● YOUR GOAL: From the entries that follow, report every line in which "symmetric" occurs.

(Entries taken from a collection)
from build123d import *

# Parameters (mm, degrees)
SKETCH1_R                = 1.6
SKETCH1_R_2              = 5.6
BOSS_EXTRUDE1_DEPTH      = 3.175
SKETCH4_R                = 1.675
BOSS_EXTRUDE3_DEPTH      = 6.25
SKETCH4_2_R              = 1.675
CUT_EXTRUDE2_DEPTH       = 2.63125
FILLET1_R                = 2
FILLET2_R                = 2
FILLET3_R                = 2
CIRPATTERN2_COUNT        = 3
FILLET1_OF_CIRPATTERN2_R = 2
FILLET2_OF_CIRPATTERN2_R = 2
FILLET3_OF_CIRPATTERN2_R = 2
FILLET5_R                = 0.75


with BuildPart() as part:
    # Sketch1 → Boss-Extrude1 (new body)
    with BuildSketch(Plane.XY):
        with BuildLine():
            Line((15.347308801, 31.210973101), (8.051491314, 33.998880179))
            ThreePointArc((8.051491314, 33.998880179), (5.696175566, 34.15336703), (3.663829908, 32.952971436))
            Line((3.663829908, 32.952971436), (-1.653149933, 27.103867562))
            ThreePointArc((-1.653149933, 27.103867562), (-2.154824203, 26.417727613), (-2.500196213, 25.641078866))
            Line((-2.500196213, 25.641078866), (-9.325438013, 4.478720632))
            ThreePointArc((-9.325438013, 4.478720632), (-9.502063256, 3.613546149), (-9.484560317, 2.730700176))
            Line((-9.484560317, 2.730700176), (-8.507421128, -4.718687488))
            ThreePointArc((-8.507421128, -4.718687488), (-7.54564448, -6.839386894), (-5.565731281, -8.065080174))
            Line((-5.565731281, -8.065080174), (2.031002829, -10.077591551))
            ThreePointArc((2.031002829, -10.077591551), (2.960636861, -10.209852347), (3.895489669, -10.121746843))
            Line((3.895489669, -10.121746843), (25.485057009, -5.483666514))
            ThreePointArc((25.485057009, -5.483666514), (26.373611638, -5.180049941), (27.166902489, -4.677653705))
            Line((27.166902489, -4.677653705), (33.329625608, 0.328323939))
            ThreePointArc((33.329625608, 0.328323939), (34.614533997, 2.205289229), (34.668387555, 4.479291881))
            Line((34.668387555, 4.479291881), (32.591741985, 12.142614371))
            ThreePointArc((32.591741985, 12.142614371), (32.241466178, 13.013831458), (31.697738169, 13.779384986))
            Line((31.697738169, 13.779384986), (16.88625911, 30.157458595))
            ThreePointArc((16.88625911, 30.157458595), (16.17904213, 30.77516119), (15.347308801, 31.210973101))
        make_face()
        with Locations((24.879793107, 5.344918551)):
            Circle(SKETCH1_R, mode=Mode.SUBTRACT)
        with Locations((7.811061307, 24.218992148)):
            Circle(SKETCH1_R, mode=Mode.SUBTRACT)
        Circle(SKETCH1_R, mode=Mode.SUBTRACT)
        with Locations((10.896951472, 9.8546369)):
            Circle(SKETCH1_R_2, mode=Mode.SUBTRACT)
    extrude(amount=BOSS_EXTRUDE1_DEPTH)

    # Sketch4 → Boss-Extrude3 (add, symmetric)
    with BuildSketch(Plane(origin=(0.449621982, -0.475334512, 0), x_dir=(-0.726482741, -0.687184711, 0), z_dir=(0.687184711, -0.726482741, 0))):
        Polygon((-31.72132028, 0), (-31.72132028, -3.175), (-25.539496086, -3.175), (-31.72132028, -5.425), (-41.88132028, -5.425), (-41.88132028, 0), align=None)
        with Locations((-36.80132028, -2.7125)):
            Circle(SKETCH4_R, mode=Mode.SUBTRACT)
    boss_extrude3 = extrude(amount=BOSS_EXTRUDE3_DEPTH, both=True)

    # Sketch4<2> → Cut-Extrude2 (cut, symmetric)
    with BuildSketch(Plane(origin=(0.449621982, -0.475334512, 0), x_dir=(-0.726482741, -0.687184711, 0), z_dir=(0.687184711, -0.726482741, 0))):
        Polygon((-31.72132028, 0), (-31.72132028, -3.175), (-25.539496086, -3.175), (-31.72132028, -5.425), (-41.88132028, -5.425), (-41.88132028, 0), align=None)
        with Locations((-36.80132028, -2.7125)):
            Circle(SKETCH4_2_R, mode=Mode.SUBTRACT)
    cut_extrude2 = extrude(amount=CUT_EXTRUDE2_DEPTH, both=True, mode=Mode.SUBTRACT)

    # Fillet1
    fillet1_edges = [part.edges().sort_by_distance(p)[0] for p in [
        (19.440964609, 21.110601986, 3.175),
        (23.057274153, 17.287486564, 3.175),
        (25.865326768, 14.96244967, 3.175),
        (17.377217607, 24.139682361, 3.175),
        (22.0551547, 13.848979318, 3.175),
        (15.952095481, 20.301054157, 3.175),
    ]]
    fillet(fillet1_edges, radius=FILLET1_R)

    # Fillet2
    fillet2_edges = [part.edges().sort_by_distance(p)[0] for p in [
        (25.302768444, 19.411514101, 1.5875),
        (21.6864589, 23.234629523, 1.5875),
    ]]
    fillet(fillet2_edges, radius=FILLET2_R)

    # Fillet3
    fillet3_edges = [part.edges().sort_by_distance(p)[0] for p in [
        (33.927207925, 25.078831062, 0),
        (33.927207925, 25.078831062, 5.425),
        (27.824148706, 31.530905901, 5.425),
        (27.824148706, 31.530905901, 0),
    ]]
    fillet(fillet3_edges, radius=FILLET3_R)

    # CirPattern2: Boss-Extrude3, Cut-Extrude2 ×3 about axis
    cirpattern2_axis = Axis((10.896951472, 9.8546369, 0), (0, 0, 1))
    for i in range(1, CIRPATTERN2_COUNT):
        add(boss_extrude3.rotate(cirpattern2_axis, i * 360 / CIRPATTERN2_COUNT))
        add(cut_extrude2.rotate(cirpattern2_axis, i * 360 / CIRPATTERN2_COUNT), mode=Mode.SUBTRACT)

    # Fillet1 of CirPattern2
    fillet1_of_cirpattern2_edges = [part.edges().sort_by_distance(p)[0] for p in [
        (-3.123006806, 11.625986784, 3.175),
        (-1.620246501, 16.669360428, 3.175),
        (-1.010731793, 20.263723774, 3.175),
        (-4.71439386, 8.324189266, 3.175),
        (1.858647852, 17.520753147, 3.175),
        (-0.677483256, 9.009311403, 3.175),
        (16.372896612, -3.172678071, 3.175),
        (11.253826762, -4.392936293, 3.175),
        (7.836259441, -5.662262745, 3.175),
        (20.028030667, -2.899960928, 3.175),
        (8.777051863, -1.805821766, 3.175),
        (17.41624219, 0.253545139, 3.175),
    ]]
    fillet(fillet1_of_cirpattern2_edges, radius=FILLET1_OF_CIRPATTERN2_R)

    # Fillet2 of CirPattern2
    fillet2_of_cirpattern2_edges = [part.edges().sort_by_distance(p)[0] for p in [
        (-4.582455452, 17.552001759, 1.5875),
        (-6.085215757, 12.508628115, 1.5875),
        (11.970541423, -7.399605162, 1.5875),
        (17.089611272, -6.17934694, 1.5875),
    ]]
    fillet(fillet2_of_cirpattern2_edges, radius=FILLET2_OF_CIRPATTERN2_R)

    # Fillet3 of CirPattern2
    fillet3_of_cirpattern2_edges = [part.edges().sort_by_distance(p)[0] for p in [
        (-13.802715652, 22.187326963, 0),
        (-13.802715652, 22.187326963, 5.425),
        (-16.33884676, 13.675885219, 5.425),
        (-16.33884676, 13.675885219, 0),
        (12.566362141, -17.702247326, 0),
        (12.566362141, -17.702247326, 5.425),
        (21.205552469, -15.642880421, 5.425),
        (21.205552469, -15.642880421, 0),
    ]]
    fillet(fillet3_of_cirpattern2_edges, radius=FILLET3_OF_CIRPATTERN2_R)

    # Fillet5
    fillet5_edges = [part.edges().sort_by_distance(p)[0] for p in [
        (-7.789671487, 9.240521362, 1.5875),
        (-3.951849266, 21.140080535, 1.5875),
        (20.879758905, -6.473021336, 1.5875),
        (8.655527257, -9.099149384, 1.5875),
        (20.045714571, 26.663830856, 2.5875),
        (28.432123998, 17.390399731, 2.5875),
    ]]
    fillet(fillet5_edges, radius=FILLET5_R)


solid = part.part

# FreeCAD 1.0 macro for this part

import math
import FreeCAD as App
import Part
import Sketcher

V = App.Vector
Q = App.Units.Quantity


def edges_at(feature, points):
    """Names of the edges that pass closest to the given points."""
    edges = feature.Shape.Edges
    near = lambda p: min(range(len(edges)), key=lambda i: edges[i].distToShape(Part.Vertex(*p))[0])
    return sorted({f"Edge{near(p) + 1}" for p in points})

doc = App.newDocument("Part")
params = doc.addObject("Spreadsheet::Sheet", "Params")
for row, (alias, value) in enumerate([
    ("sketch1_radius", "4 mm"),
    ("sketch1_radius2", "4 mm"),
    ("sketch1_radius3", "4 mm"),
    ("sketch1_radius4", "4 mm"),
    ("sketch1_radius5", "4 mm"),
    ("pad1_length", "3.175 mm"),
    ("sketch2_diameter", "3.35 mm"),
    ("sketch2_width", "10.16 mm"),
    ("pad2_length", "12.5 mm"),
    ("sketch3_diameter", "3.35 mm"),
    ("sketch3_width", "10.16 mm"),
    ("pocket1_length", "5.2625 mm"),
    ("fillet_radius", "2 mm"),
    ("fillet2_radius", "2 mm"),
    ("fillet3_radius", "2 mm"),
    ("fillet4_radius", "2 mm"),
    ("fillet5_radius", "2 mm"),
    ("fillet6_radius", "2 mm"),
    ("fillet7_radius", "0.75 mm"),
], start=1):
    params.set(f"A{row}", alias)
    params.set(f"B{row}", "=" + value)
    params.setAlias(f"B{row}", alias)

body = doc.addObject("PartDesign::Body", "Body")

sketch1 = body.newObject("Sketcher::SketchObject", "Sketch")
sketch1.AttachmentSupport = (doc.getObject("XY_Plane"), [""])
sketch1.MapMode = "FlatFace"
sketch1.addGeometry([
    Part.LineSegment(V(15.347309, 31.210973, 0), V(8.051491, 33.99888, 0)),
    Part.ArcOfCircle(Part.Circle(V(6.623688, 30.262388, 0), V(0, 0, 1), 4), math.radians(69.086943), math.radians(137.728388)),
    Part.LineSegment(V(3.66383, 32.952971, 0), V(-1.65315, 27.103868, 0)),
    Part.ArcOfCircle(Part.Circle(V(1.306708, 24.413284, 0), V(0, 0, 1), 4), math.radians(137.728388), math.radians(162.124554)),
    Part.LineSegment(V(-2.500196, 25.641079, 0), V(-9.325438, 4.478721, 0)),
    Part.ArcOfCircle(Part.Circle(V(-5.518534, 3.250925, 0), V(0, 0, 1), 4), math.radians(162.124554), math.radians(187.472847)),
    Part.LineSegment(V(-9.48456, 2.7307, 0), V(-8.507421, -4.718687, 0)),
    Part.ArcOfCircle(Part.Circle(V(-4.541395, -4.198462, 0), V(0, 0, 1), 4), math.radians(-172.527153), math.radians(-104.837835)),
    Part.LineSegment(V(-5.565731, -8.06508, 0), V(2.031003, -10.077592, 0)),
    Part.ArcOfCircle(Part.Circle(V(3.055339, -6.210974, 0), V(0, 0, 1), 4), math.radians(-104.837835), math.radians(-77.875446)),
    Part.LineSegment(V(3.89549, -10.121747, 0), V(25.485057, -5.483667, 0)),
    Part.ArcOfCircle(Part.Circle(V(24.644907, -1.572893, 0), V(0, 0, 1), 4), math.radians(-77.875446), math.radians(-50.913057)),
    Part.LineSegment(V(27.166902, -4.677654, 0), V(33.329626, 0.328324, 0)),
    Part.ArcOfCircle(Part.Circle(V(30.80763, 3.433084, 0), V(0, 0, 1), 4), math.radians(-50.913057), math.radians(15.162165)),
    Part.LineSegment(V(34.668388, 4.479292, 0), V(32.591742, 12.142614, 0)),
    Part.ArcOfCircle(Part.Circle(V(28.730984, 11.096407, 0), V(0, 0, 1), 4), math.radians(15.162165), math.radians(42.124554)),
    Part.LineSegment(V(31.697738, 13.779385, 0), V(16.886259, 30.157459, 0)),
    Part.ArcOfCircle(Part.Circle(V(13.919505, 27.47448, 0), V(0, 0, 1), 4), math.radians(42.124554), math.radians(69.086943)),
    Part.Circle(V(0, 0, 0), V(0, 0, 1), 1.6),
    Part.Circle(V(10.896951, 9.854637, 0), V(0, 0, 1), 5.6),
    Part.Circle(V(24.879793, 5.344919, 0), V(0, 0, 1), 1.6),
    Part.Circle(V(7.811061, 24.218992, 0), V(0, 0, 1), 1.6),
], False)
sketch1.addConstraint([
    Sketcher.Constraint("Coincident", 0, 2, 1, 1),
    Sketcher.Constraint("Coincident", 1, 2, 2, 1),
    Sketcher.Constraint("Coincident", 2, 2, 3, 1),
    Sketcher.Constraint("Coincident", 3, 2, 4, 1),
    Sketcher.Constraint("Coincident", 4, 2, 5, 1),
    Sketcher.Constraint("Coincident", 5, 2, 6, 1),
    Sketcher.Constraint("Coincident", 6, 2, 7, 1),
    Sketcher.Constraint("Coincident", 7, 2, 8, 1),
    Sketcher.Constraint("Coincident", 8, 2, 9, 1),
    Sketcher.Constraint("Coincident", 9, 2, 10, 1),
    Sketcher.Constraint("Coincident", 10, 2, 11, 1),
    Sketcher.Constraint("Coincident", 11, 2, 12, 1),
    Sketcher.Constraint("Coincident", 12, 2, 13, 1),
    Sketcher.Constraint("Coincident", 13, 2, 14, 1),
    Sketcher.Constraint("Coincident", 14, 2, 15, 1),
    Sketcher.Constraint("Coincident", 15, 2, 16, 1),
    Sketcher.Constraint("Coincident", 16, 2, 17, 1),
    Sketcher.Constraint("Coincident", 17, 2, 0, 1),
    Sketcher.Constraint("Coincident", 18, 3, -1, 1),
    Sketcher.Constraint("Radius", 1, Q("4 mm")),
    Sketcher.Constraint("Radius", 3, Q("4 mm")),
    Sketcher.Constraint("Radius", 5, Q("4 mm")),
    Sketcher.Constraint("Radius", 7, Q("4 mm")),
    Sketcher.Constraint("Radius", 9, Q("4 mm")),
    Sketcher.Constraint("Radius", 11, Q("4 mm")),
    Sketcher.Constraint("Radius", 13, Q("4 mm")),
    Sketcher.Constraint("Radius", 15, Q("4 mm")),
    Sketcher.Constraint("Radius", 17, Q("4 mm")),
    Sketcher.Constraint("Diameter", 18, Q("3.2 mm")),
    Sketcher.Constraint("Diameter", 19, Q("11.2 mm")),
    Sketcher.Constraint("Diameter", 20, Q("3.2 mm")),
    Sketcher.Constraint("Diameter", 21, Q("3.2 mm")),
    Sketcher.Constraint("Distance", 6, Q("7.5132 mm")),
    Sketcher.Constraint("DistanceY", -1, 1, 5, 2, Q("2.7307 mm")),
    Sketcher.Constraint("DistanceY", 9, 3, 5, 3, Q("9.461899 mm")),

● EXERCISE SOLUTION:
    # Sketch4 → Boss-Extrude3 (add, symmetric)
    # Sketch4<2> → Cut-Extrude2 (cut, symmetric)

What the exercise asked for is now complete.